Work instructions:
Restate word for word the lines of the material below, from the line with "4.596194078), (-11.75, 5.629165125))" to the line with "FreeCAD Python script", both lines included, and no others.

Records to use:
# # # # # # #

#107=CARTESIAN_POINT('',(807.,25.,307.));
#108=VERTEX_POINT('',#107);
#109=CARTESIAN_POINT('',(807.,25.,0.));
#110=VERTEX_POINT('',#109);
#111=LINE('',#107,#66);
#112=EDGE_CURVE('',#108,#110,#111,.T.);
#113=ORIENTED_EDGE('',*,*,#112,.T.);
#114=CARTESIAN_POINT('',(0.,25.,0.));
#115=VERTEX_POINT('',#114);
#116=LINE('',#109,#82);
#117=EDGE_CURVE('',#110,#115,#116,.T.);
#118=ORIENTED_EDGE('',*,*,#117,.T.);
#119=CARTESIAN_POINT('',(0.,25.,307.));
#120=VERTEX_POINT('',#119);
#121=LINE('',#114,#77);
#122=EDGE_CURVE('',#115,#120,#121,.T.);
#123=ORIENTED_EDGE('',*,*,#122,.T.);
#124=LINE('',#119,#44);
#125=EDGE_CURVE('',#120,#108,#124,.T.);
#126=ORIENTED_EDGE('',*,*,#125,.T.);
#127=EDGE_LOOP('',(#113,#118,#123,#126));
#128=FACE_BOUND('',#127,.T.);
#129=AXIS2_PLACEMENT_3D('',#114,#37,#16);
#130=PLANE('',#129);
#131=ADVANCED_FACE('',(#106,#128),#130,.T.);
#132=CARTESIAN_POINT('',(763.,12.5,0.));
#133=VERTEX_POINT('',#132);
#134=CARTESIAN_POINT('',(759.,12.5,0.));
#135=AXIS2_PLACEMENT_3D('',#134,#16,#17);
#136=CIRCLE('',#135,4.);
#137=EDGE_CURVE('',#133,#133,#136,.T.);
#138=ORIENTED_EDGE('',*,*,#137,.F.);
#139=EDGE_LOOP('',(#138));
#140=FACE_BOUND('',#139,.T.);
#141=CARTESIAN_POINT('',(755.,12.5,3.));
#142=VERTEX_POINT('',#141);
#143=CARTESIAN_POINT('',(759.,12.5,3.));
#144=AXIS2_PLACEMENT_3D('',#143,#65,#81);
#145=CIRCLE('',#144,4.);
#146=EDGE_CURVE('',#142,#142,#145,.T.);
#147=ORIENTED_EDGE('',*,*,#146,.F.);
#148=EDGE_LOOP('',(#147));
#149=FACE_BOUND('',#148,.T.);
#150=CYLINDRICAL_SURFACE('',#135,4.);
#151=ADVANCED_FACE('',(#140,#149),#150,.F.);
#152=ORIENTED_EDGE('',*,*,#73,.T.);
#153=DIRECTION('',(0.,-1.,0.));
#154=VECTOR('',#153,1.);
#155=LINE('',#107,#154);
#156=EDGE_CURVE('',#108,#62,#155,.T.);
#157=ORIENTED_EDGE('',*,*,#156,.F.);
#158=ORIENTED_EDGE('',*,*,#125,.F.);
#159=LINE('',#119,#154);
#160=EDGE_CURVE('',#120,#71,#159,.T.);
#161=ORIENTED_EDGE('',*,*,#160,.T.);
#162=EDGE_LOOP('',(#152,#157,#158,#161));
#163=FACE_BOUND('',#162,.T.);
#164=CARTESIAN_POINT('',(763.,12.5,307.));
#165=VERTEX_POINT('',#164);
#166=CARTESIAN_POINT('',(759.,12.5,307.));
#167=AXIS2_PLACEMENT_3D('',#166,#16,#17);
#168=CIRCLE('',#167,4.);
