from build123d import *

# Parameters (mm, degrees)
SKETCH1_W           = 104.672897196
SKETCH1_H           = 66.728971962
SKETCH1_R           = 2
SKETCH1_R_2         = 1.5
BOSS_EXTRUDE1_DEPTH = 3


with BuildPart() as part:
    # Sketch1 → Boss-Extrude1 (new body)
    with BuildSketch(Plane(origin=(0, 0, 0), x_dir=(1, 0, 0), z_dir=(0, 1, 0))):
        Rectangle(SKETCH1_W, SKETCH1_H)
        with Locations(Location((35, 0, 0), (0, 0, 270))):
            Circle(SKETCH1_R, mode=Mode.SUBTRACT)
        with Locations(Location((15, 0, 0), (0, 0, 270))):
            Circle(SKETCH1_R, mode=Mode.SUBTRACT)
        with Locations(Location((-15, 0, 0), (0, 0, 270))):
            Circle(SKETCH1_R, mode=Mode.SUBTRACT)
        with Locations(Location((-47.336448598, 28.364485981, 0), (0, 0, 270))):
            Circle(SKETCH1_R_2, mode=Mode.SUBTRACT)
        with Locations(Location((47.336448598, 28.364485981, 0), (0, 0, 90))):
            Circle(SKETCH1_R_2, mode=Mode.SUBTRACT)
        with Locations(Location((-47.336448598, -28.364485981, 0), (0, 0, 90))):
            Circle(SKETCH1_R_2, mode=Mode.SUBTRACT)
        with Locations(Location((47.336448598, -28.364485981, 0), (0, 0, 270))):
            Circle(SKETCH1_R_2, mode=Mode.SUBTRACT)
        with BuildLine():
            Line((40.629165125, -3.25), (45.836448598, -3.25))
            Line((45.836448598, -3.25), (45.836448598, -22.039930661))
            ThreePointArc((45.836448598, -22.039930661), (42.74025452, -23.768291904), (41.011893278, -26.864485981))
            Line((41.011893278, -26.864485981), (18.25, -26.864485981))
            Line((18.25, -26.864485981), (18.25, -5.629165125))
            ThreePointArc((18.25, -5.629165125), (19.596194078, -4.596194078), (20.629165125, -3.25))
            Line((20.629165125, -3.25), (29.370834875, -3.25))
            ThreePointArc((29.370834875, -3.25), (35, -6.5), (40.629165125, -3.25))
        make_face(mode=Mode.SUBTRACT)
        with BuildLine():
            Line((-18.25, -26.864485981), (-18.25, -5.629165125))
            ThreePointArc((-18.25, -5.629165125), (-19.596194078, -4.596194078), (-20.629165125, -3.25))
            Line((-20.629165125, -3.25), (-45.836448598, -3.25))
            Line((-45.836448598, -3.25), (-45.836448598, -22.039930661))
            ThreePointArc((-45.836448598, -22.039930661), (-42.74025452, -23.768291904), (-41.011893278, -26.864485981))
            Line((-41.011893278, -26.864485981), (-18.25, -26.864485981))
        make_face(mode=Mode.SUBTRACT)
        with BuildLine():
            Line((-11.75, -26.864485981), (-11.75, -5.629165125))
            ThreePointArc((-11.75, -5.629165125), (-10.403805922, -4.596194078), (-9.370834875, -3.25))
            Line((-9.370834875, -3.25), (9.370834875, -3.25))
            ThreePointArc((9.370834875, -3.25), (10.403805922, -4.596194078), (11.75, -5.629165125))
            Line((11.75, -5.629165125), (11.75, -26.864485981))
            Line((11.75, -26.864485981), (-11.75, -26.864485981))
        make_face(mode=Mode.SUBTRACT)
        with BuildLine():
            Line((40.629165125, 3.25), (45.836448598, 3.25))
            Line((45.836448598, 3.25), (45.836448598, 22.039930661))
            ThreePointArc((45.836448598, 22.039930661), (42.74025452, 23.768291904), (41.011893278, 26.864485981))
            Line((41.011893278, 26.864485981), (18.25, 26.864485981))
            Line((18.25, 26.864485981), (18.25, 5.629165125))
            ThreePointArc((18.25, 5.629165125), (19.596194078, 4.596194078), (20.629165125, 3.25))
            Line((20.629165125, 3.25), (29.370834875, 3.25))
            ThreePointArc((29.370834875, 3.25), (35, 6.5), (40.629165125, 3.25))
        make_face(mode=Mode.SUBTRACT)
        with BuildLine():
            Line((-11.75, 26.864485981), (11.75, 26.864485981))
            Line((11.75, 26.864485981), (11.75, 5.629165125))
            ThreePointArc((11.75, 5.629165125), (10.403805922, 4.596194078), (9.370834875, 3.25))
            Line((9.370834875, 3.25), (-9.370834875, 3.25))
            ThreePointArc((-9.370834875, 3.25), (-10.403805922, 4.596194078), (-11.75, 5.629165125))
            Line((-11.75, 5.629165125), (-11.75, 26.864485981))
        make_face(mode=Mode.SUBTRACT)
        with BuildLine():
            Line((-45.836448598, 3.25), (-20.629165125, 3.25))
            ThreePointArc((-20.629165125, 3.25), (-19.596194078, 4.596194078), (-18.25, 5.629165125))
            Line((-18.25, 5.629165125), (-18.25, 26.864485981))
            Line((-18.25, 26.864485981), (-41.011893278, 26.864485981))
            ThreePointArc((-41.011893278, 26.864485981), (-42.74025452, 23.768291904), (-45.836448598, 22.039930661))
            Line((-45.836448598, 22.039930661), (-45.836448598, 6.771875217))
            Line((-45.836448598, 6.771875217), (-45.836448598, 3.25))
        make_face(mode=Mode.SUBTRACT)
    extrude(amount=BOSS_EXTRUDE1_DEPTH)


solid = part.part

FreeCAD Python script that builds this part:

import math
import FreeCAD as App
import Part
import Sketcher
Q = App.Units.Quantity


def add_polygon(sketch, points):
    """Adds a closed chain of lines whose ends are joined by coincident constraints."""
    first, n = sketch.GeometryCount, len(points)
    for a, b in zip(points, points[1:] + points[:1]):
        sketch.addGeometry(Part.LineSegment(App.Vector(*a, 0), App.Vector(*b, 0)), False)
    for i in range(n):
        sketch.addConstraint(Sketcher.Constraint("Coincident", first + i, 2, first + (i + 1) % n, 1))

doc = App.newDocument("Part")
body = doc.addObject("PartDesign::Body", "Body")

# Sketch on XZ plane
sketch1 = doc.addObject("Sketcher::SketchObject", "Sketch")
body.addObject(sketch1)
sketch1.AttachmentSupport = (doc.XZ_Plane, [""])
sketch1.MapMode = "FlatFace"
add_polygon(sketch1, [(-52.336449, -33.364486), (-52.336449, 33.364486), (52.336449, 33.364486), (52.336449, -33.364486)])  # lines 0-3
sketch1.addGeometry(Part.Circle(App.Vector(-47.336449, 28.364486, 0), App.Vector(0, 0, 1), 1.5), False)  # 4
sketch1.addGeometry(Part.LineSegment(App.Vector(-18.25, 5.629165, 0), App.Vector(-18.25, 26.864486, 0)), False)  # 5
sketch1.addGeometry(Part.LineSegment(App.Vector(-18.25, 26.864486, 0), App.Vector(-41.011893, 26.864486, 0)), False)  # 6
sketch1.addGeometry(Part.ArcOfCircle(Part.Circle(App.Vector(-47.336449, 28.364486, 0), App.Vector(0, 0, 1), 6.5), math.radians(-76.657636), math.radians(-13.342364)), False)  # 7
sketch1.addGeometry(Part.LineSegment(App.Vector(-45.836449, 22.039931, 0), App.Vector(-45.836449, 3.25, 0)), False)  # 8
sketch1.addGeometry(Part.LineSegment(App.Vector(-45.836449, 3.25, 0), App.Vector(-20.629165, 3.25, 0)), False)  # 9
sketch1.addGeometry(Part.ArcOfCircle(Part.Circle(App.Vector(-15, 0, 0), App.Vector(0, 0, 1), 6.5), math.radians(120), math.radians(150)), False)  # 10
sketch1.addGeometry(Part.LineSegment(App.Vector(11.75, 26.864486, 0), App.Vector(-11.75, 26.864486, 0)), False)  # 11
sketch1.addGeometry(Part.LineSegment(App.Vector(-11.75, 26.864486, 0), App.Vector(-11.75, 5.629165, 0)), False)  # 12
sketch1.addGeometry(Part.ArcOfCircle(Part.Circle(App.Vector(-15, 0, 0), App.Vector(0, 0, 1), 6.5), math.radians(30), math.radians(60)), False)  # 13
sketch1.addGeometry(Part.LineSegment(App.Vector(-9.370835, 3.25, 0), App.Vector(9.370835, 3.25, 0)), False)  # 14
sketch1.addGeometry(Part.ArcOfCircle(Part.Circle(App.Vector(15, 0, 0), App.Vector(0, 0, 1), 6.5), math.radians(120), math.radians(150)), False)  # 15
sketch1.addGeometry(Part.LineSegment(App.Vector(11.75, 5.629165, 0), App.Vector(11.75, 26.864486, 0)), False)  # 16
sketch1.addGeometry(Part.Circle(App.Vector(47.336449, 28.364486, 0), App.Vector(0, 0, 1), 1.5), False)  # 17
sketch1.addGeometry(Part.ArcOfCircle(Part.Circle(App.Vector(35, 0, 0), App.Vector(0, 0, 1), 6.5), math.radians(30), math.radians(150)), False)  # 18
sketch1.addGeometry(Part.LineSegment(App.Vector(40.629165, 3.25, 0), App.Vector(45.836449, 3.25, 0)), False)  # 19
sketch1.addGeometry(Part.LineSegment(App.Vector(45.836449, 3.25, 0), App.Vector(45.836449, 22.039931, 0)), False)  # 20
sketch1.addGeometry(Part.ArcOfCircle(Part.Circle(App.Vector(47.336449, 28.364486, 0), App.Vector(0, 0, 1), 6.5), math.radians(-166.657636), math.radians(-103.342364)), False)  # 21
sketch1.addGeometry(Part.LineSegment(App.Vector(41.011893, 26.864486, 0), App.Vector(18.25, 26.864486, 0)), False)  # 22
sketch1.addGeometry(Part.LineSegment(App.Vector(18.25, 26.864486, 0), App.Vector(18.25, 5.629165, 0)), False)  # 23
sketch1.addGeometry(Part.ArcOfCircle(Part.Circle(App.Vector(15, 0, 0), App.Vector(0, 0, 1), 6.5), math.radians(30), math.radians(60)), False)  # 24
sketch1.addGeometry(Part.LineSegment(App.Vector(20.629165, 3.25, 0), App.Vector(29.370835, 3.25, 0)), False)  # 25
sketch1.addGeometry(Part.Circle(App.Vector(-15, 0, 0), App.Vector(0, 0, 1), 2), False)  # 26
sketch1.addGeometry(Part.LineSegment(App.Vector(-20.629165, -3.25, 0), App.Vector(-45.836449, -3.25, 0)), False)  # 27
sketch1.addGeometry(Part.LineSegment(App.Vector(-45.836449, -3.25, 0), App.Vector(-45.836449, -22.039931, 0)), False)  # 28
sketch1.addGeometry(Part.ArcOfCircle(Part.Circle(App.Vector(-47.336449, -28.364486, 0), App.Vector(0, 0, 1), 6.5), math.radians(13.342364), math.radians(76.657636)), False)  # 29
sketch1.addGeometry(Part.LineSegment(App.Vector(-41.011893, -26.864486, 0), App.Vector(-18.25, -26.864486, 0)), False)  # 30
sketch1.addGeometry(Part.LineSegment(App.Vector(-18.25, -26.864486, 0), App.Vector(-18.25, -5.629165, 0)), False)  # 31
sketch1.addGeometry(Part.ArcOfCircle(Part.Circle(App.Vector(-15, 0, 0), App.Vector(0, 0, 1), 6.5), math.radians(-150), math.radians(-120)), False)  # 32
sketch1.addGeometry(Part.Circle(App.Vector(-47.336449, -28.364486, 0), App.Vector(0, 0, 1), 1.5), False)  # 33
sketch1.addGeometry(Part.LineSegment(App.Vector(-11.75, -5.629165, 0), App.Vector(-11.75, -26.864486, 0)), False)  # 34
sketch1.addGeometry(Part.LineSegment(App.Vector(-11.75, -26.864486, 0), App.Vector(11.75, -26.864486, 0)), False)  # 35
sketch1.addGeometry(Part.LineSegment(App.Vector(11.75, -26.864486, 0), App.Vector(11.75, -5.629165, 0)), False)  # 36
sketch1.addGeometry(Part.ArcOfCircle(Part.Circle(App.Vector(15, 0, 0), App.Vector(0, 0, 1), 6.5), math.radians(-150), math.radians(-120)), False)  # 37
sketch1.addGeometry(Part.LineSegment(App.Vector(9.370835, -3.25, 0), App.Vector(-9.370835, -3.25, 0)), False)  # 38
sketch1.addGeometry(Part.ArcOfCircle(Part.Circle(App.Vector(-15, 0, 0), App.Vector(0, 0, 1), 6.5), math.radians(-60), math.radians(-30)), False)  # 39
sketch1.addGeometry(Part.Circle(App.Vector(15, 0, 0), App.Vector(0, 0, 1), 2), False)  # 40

# # # # # # #

Problem solution:
            ThreePointArc((-9.370834875, 3.25), (-10.403805922, 4.596194078), (-11.75, 5.629165125))
            Line((-11.75, 5.629165125), (-11.75, 26.864485981))
        make_face(mode=Mode.SUBTRACT)
        with BuildLine():
            Line((-45.836448598, 3.25), (-20.629165125, 3.25))
            ThreePointArc((-20.629165125, 3.25), (-19.596194078, 4.596194078), (-18.25, 5.629165125))
            Line((-18.25, 5.629165125), (-18.25, 26.864485981))
            Line((-18.25, 26.864485981), (-41.011893278, 26.864485981))
            ThreePointArc((-41.011893278, 26.864485981), (-42.74025452, 23.768291904), (-45.836448598, 22.039930661))
            Line((-45.836448598, 22.039930661), (-45.836448598, 6.771875217))
            Line((-45.836448598, 6.771875217), (-45.836448598, 3.25))
        make_face(mode=Mode.SUBTRACT)
    extrude(amount=BOSS_EXTRUDE1_DEPTH)


solid = part.part

FreeCAD Python script that builds this part:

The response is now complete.